Natürlich bekommen Flüchtlinge nicht mehr als andere Hartz-IV-Empfänger an staatlichen Leistungen, im Gegenteil: Das Kindergeld wird häufig mit den Leistungen verrechnet und abgezogen. Erst nach 15 Monaten Aufenthaltsdauer haben Asylbewerber überhaupt erst Anspruch auf Leistungen in Höhe von Hartz IV. Davor gibt es – zum Beispiel in Erstaufnahmeeinrichtungen – nur Sachleistungen. Wohnen die Asylbewerber in einer Gemeinschaftsunterkunft, zahlen die Behörden für einen Single im Heim im Monat gerade mal 299 Euro. Fazils Familie hat zwar eine eigene Wohnung, aber muss mit rund 250 Euro pro Person auskommen.

Nach der Hetze geht die Schikane weiter: Rechte bestellen Waren über die geklauten Kontodaten

Als wären die Anfeindungen nicht schon belastend genug, muss die Familie sich jetzt auch noch mit Cybercrime herumschlagen. Denn das Foto vom geklauten Kontoauszug landete komplett mit Adressen und Namen des Empfängers sowie BIC und IBAN im Netz. Unbekannte haben daraufhin auf den Namen der Familie groß im Internet eingekauft und wollten sie per Nachnahme bezahlen lassen.

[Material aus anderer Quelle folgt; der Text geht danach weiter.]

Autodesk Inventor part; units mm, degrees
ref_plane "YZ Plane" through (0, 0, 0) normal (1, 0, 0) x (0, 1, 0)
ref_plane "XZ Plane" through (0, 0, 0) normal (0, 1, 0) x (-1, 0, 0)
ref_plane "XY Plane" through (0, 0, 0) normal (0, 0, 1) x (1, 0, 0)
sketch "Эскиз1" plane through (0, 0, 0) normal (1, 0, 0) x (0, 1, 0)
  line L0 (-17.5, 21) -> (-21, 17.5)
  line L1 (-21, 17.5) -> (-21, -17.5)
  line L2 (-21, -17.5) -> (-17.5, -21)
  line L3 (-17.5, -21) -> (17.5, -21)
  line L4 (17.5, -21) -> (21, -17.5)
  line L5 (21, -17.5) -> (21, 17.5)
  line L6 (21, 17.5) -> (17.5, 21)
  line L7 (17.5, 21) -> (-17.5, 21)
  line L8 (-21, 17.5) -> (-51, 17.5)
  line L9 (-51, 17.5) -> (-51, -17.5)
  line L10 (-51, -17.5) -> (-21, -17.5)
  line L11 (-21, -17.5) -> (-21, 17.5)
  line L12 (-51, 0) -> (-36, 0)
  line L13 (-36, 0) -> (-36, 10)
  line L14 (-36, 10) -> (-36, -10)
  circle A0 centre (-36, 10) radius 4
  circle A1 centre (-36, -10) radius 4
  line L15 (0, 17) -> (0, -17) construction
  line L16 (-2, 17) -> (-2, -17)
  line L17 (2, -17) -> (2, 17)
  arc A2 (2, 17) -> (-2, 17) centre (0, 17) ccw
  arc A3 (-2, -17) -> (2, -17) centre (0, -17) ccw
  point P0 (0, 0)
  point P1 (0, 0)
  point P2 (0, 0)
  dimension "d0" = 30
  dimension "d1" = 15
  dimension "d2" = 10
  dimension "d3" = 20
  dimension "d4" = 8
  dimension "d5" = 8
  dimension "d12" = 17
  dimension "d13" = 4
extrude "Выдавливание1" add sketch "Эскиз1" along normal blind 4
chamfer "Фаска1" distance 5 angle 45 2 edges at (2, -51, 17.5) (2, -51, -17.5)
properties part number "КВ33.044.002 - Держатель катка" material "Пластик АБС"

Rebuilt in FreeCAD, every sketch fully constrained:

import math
import FreeCAD as App
import Part
import Sketcher
from FreeCAD import Vector


def edges_at(feature, points):
    """Names of the edges that pass closest to the given points."""
    edges = feature.Shape.Edges
    near = lambda p: min(range(len(edges)), key=lambda i: edges[i].distToShape(Part.Vertex(*p))[0])
    return sorted({f"Edge{near(p) + 1}" for p in points})


def add_polygon(sketch, points):
    """Adds a closed chain of lines whose ends are joined by coincident constraints."""
    first, n = sketch.GeometryCount, len(points)
    for a, b in zip(points, points[1:] + points[:1]):
        sketch.addGeometry(Part.LineSegment(App.Vector(*a, 0), App.Vector(*b, 0)), False)
    for i in range(n):
        sketch.addConstraint(Sketcher.Constraint("Coincident", first + i, 2, first + (i + 1) % n, 1))

doc = App.newDocument("Part")
body = doc.addObject("PartDesign::Body", "Body")

sketch1 = doc.addObject("Sketcher::SketchObject", "Sketch")
body.addObject(sketch1)
sketch1.AttachmentSupport = (doc.YZ_Plane, [""])
sketch1.MapMode = "FlatFace"
add_polygon(sketch1, [(17.5, 21), (-17.5, 21), (-21, 17.5), (-51, 17.5), (-51, 0), (-51, -17.5), (-21, -17.5), (-17.5, -21), (17.5, -21), (21, -17.5), (21, 17.5)])
sketch1.addGeometry(Part.LineSegment(Vector(-2, -17, 0), Vector(-2, 17, 0)), False)
sketch1.addGeometry(Part.ArcOfCircle(Part.Circle(Vector(0, 17, 0), Vector(0, 0, 1), 2), math.radians(0), math.radians(180)), False)
sketch1.addGeometry(Part.LineSegment(Vector(2, 17, 0), Vector(2, -17, 0)), False)
sketch1.addGeometry(Part.ArcOfCircle(Part.Circle(Vector(0, -17, 0), Vector(0, 0, 1), 2), math.radians(180), math.radians(360)), False)
sketch1.addGeometry(Part.Circle(Vector(-36, -10, 0), Vector(0, 0, 1), 4), False)
sketch1.addGeometry(Part.Circle(Vector(-36, 10, 0), Vector(0, 0, 1), 4), False)
sketch1.addConstraint(Sketcher.Constraint("Tangent", 11, 2, 12, 2))
sketch1.addConstraint(Sketcher.Constraint("Tangent", 12, 1, 13, 1))
sketch1.addConstraint(Sketcher.Constraint("Tangent", 13, 2, 14, 2))
sketch1.addConstraint(Sketcher.Constraint("Tangent", 14, 1, 11, 1))
sketch1.addConstraint(Sketcher.Constraint("Horizontal", 0))
sketch1.addConstraint(Sketcher.Constraint("Horizontal", 2))
sketch1.addConstraint(Sketcher.Constraint("Vertical", 3))
sketch1.addConstraint(Sketcher.Constraint("Vertical", 4))
sketch1.addConstraint(Sketcher.Constraint("Horizontal", 5))
sketch1.addConstraint(Sketcher.Constraint("Horizontal", 7))
sketch1.addConstraint(Sketcher.Constraint("Vertical", 9))
sketch1.addConstraint(Sketcher.Constraint("Vertical", 11))
sketch1.addConstraint(Sketcher.Constraint("Vertical", 13))
sketch1.addConstraint(Sketcher.Constraint("Equal", 15, 16))
sketch1.addConstraint(Sketcher.Constraint("Symmetric", 12, 3, 14, 3, -1, 1))
sketch1.addConstraint(Sketcher.Constraint("Symmetric", 0, 2, 7, 2, -1, 1))
sketch1.addConstraint(Sketcher.Constraint("Symmetric", 1, 2, 8, 2, -1, 1))
sketch1.addConstraint(Sketcher.Constraint("Symmetric", 5, 2, 9, 2, -1, 1))
sketch1.addConstraint(Sketcher.Constraint("Symmetric", 15, 3, 16, 3, -1))
sketch1.addConstraint(Sketcher.Constraint("PointOnObject", 3, 2, -1))
sketch1.addConstraint(Sketcher.Constraint("Perpendicular", 1, 6))
sketch1.addConstraint(Sketcher.Constraint("Perpendicular", 8, 10))
sketch1.addConstraint(Sketcher.Constraint("Horizontal", 5, 2, 8, 2))
sketch1.addConstraint(Sketcher.Constraint("Vertical", 0, 2, 6, 2))
sketch1.addConstraint(Sketcher.Constraint("Equal", 7, 9))
sketch1.addConstraint(Sketcher.Constraint("Diameter", 15, 8.0))
sketch1.addConstraint(Sketcher.Constraint("Radius", 12, 2.0))
sketch1.addConstraint(Sketcher.Constraint("DistanceX", 2, 2, 2, 1, 30.0))
sketch1.addConstraint(Sketcher.Constraint("DistanceY", -1, 1, 12, 3, 17.0))
sketch1.addConstraint(Sketcher.Constraint("DistanceY", 15, 3, -1, 1, 10.0))
sketch1.addConstraint(Sketcher.Constraint("DistanceY", 12, 3, 0, 2, 4.0))
sketch1.addConstraint(Sketcher.Constraint("DistanceX", 16, 3, 1, 2, 15.0))
sketch1.addConstraint(Sketcher.Constraint("DistanceX", 0, 2, 0, 1, 35.0))
pad1 = doc.addObject("PartDesign::Pad", "Pad")
body.addObject(pad1)
pad1.Profile = sketch1
pad1.Length = 4
doc.recompute()

chamfer = doc.addObject("PartDesign::Chamfer", "Chamfer")
body.addObject(chamfer)
chamfer.Base = (pad1, edges_at(pad1, [(2, -51, 17.5), (2, -51, -17.5)]))
chamfer.Size = 5

doc.recompute()
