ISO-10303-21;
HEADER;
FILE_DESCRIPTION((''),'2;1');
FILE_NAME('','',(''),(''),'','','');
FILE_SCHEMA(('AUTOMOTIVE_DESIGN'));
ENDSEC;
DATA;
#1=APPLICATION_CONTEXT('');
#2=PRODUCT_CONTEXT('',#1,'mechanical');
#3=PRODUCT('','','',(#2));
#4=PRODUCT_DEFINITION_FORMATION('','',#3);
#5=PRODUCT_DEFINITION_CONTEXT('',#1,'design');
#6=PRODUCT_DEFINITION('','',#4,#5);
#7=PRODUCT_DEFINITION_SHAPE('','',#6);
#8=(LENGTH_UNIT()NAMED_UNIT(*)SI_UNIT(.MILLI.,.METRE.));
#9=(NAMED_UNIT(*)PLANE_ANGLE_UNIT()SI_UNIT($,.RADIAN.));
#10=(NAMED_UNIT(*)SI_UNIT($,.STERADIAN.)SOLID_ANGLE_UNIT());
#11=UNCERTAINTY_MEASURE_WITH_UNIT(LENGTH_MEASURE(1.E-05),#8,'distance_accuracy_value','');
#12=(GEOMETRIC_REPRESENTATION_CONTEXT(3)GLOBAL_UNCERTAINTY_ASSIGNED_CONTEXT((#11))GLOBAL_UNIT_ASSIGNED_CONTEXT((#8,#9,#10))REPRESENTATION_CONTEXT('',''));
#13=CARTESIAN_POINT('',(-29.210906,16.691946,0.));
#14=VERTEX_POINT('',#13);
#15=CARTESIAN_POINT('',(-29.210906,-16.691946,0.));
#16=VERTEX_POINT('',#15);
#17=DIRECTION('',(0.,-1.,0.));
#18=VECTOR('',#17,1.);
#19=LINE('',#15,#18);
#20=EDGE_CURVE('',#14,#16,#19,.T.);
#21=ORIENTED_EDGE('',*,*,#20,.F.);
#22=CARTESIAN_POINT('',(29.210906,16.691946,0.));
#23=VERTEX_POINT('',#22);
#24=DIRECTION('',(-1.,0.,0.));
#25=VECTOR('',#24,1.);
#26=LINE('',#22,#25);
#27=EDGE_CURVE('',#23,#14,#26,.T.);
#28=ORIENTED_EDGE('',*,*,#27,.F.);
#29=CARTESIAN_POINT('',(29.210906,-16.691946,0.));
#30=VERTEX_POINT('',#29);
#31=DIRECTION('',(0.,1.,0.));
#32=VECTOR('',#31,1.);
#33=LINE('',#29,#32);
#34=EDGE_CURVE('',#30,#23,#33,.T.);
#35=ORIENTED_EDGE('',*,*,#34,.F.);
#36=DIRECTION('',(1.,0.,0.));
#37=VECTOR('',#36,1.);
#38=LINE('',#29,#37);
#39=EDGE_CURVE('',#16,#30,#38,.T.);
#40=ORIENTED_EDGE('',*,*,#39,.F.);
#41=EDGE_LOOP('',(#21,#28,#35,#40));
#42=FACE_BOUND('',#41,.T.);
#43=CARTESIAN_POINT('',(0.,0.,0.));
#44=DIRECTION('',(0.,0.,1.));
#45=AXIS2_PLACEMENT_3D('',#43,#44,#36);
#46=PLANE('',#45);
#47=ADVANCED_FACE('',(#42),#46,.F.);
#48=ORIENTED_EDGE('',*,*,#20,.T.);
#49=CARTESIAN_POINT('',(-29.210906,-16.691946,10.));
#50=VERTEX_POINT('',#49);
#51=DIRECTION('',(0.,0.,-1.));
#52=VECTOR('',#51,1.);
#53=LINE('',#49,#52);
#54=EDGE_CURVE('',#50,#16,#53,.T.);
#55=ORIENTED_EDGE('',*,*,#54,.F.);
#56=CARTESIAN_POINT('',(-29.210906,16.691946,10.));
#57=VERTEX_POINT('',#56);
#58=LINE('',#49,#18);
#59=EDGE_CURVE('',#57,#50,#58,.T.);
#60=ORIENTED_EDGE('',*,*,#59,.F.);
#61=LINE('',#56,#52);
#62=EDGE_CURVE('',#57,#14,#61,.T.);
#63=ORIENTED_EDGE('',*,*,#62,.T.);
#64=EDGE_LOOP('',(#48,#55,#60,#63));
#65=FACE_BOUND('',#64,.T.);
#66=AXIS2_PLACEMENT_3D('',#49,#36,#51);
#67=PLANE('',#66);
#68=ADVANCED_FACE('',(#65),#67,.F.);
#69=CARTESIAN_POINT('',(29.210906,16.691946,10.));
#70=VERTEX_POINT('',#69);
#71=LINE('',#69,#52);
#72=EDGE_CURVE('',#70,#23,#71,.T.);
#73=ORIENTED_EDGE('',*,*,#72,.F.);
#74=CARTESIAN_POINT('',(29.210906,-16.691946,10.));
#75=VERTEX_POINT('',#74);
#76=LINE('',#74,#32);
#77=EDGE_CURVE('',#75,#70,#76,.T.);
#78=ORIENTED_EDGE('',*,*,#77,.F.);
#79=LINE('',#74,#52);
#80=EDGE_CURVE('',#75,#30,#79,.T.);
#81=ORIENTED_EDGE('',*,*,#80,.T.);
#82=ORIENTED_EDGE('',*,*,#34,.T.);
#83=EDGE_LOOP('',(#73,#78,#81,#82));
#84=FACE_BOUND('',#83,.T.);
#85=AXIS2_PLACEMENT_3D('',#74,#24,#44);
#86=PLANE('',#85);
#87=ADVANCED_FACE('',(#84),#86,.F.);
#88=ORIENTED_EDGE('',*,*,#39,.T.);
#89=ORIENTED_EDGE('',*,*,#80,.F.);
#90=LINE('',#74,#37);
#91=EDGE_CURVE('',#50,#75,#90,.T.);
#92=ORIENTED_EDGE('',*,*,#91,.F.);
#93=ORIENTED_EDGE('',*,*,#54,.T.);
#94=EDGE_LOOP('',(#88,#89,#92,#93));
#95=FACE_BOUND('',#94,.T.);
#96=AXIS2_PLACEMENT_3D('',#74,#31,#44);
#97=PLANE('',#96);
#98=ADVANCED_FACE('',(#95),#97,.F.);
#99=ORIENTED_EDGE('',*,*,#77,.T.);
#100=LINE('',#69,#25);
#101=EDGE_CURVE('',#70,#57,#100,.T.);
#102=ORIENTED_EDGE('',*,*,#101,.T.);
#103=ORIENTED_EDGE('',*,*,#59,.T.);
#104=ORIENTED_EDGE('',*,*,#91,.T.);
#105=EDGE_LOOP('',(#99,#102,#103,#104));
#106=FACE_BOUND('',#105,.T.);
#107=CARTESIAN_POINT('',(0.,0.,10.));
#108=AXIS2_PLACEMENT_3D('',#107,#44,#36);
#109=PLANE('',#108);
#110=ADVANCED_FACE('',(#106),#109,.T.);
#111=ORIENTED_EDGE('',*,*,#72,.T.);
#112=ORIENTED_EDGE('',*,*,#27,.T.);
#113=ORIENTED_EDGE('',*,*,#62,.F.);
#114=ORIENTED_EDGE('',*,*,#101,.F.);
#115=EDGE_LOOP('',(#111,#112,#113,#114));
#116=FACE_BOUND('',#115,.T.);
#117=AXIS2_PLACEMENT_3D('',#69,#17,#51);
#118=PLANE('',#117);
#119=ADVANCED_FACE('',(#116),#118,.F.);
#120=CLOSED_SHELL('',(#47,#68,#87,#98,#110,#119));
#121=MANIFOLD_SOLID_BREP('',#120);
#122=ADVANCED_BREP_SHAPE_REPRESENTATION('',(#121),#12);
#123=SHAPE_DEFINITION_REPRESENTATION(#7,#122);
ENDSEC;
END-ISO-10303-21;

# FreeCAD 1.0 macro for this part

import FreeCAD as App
import Part
import Sketcher

V = App.Vector

doc = App.newDocument("Part")
body = doc.addObject("PartDesign::Body", "Body")

# Sketch on XY plane
sketch1 = body.newObject("Sketcher::SketchObject", "Sketch")
sketch1.AttachmentSupport = (doc.getObject("XY_Plane"), [""])
sketch1.MapMode = "FlatFace"
sketch1.addGeometry([
    Part.LineSegment(V(-29, 17, 0), V(-29, -17, 0)),
    Part.LineSegment(V(-29, -17, 0), V(29, -17, 0)),
    Part.LineSegment(V(29, -17, 0), V(29, 17, 0)),
    Part.LineSegment(V(29, 17, 0), V(-29, 17, 0)),
], False)
sketch1.addConstraint([
    Sketcher.Constraint("Coincident", 0, 2, 1, 1),
    Sketcher.Constraint("Coincident", 1, 2, 2, 1),
    Sketcher.Constraint("Coincident", 2, 2, 3, 1),
    Sketcher.Constraint("Coincident", 3, 2, 0, 1),
    Sketcher.Constraint("Vertical", 0),
    Sketcher.Constraint("Horizontal", 1),
    Sketcher.Constraint("Vertical", 2),
    Sketcher.Constraint("Horizontal", 3),
    Sketcher.Constraint("Symmetric", 0, 2, 2, 2, -1, 1),
    Sketcher.Constraint("DistanceX", 1, 1, 1, 2, 58.421812),
    Sketcher.Constraint("DistanceY", 0, 2, 0, 1, 33.383893),
])
pad1 = body.newObject("PartDesign::Pad", "Pad")
pad1.Profile = sketch1
pad1.Length = 10

doc.recompute()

Die Familie musste nun ihr Konto wechseln. Und das Landratsamt meldete die Geschichte der Polizei, die nun wegen der Veröffentlichung und der unerlaubten Verwendung persönlicher Daten ermittelt.

Interessant ist die Reise der Nachricht durchs Internet: Denn nachdem die Verifizierungplattform Mimikama berichtete, dass der Kontoauszug vermutlich echt sei, aber es unmöglich sei, ohne Abrechnung auf die Anzahl der Personen zu schließen, die von diesem Betrag leben müssen (es können zum Beispiel Sonderzahlungen wie Arztbesuche anfallen, Kindergeld verrechnet werden etc.), drehten rechte Blogs die Sache folgendermaßen: "Keine Fälschung!? Kontoauszug mit 1780,35 € für Asylbewerber".

Nachdem ein Blog namens Opposition24.com den vermeintlichen Aufreger am 21. August online stellt, wird die Fake News rasend schnell kopiert und erscheint auf News-Schleudern wie "Ad Hoc News", alt- und neurechten Blogs und Verschwörungs-Websites ungeprüft – in der Regel wird der Inhalt innerhalb von 48 Stunden 1:1 übernommen.

Facebook hat die betreffenden Empörungsposts mittlerweile gelöscht, allerdings kursieren Versionen des Bildes noch immer auf rund einem Dutzend rechter Websites. Trotzdem erhält die Familie von Polizei, Landratsamt und nicht zuletzt ihren Nachbarn Unterstützung, so dass zu hoffen ist, dass sie bald wieder ungestört weiterleben kann. Darwish beginnt demnächst ein Praktikum als Arzthelfer.